Tangle of Souls was inspired after Cook was hospitalized in 2017 with severe pancreatitis from too many years spent partying. 

“It was an experiment. I turned my life around and saw the bigger parallels with how we are all addicted to the behaviour of consumption and it is killing us. We’re destroying the planet. We seem to be more interested in denying or looking for a magical way out without doing anything. I saw all that in my behaviour.” 

During the Plaza Series concert, The Indoorables will play a mix of older recorded tunes and newer songs written during the pandemic. 

Opening the concert is Amanda Penner, 19, a young maker of contemporary folk who grew up during the turn-of-the-century indie-folk revival. It was an era where taboos surrounding less-mainstream styles began to die out. 

Penner has picked up the mantle of older generations and once again echoes the struggles of the modern age, reminding us how much folk culture was overlooked. To date, she has recorded a five-song EP titled Honey & Heartache

While Cook spoke positively about the pandemic, Penner suffered from depression. She reached a low point last summer as a vehicle rear-ended her while driving home from an outdoor backyard gig. The collision led to wrist injuries that prohibited Penner from playing guitar for several months. 

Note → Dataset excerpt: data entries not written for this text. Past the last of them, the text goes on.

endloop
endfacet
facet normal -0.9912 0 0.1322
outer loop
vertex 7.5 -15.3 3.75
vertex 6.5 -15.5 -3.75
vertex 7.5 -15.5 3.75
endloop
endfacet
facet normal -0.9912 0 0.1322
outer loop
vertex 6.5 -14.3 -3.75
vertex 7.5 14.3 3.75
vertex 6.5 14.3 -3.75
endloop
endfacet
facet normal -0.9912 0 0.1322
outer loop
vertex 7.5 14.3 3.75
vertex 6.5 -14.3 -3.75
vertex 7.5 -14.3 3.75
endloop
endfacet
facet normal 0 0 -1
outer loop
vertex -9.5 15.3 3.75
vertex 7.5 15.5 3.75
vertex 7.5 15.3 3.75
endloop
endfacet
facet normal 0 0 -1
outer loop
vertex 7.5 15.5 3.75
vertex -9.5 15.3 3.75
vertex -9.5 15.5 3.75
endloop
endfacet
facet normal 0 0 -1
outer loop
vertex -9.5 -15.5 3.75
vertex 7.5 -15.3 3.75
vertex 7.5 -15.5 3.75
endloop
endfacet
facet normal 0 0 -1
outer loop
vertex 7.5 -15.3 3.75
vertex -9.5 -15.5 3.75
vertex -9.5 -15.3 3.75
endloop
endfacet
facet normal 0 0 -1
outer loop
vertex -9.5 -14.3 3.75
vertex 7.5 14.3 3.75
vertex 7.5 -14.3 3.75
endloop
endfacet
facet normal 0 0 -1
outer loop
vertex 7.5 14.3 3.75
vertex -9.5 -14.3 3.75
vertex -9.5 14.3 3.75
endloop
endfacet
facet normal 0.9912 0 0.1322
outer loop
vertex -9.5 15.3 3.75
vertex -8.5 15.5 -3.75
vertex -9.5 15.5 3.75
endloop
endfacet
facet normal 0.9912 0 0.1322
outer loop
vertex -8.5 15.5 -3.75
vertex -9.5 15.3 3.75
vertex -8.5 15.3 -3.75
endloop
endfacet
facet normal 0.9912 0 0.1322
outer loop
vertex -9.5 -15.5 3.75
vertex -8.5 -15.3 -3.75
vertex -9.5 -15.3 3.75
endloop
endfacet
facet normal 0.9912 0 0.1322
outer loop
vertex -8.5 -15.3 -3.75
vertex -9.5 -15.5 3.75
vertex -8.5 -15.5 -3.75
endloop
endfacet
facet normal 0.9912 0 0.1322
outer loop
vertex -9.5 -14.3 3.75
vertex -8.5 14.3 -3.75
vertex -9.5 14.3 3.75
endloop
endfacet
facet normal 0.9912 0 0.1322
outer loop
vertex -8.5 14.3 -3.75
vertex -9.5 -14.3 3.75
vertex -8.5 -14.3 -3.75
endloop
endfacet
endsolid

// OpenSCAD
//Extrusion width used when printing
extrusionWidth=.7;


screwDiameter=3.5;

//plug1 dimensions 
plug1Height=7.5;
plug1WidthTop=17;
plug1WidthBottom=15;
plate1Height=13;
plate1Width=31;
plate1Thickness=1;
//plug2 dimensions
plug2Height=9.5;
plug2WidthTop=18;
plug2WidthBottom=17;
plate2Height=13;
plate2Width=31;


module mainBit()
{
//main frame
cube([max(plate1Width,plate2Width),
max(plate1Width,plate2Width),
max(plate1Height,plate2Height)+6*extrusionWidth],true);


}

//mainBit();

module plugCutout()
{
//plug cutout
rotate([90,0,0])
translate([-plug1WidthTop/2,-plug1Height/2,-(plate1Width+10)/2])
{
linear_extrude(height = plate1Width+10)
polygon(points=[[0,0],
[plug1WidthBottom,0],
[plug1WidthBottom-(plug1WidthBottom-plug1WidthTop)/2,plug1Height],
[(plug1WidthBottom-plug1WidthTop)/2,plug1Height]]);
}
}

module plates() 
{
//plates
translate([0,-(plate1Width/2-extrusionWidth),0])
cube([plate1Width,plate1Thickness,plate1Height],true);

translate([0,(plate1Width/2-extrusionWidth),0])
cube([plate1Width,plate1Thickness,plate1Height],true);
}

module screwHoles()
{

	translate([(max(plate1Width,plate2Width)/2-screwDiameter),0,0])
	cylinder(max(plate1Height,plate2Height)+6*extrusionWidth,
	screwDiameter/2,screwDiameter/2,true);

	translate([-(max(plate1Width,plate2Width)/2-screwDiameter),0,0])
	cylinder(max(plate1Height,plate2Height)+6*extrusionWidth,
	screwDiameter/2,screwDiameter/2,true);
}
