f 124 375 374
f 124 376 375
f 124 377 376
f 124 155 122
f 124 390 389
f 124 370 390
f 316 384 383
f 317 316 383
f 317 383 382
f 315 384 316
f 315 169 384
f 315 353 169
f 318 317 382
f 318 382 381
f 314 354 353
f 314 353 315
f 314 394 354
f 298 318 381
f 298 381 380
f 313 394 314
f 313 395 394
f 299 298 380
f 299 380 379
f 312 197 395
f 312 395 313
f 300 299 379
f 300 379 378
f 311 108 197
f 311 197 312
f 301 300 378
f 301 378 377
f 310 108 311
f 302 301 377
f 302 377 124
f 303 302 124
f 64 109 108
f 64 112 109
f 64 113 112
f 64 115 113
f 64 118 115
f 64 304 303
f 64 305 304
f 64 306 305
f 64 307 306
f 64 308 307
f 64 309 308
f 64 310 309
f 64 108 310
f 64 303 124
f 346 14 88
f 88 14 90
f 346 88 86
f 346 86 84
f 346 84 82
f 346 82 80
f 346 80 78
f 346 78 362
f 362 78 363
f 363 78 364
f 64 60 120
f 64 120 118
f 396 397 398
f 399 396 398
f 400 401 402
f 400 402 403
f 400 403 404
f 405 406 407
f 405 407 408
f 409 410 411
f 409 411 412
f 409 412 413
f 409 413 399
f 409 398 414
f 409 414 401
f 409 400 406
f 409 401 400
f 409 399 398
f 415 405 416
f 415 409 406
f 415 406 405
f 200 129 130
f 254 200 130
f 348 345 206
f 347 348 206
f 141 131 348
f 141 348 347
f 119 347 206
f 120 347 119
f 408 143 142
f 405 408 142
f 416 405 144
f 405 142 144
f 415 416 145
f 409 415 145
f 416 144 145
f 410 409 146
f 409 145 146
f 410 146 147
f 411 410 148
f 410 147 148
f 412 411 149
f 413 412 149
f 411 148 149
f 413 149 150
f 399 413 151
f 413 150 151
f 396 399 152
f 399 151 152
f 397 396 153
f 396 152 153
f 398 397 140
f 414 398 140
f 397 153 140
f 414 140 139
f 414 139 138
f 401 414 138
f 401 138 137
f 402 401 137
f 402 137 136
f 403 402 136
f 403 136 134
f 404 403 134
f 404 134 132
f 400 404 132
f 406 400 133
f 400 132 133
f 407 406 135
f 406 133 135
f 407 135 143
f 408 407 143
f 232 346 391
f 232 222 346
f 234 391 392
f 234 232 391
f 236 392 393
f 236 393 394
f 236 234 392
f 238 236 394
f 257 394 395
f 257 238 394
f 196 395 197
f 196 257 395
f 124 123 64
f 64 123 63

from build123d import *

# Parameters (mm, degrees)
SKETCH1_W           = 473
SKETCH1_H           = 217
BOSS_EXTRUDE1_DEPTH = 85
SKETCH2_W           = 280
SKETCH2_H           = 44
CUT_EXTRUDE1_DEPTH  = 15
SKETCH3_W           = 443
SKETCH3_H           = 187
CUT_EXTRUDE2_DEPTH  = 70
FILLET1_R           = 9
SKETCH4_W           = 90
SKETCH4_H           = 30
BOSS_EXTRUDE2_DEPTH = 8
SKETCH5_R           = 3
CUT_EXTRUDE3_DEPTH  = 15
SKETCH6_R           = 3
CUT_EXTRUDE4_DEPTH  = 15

“I have not written as much music as I would’ve liked due to my struggles with mental illness ... It’s real and honest, which I think the world needs more of. Surviving a global pandemic is not easy and I don’t think we as a whole give ourselves enough credit that most of us gave up an entire year-and-a-half of our passions, relationships, and life in general to keep each other safe,” Penner said. 

Despite personal struggles, the singer-songwriter applied to the Banff Musicians in Residence Winter Program and was accepted. Since the program was offered online through Zoom, she booked an Air B&B in Canmore for the program's three-week duration, and came away with five new songs. 

Recognizing the privileged life she enjoyed growing up in St. Albert, the Paul Kane High alumna is determined to uphold her values and use her platform to bring about positive change. 

“I believe being an artist means learning how to be vulnerable and sharing these parts of yourself to make other people feel heard,” she said. “At the end of the day, the music I write is about how I view the world, but it’s not for me. Once it’s out into the world, it can be interpreted in so many different ways, and I think that’s really beautiful.” 

Determined to spread a message of personal equality and global sustainability, she hopes people will collectively change the path we are on. One of her songs, Unhappy Earth Day, chastises governments for doing too little to affect climate change. Instead, Summer Within, is a deep dive into mental illness, and Ego Shopping is an anthem speaking about individuals' lack of confidence.

The two-hour concert starts at 7 p.m. at St. Albert Place. Tickets are $15 for a single seat and $120 plus tax for a premium table of six. Details at www.ardentheatre.com.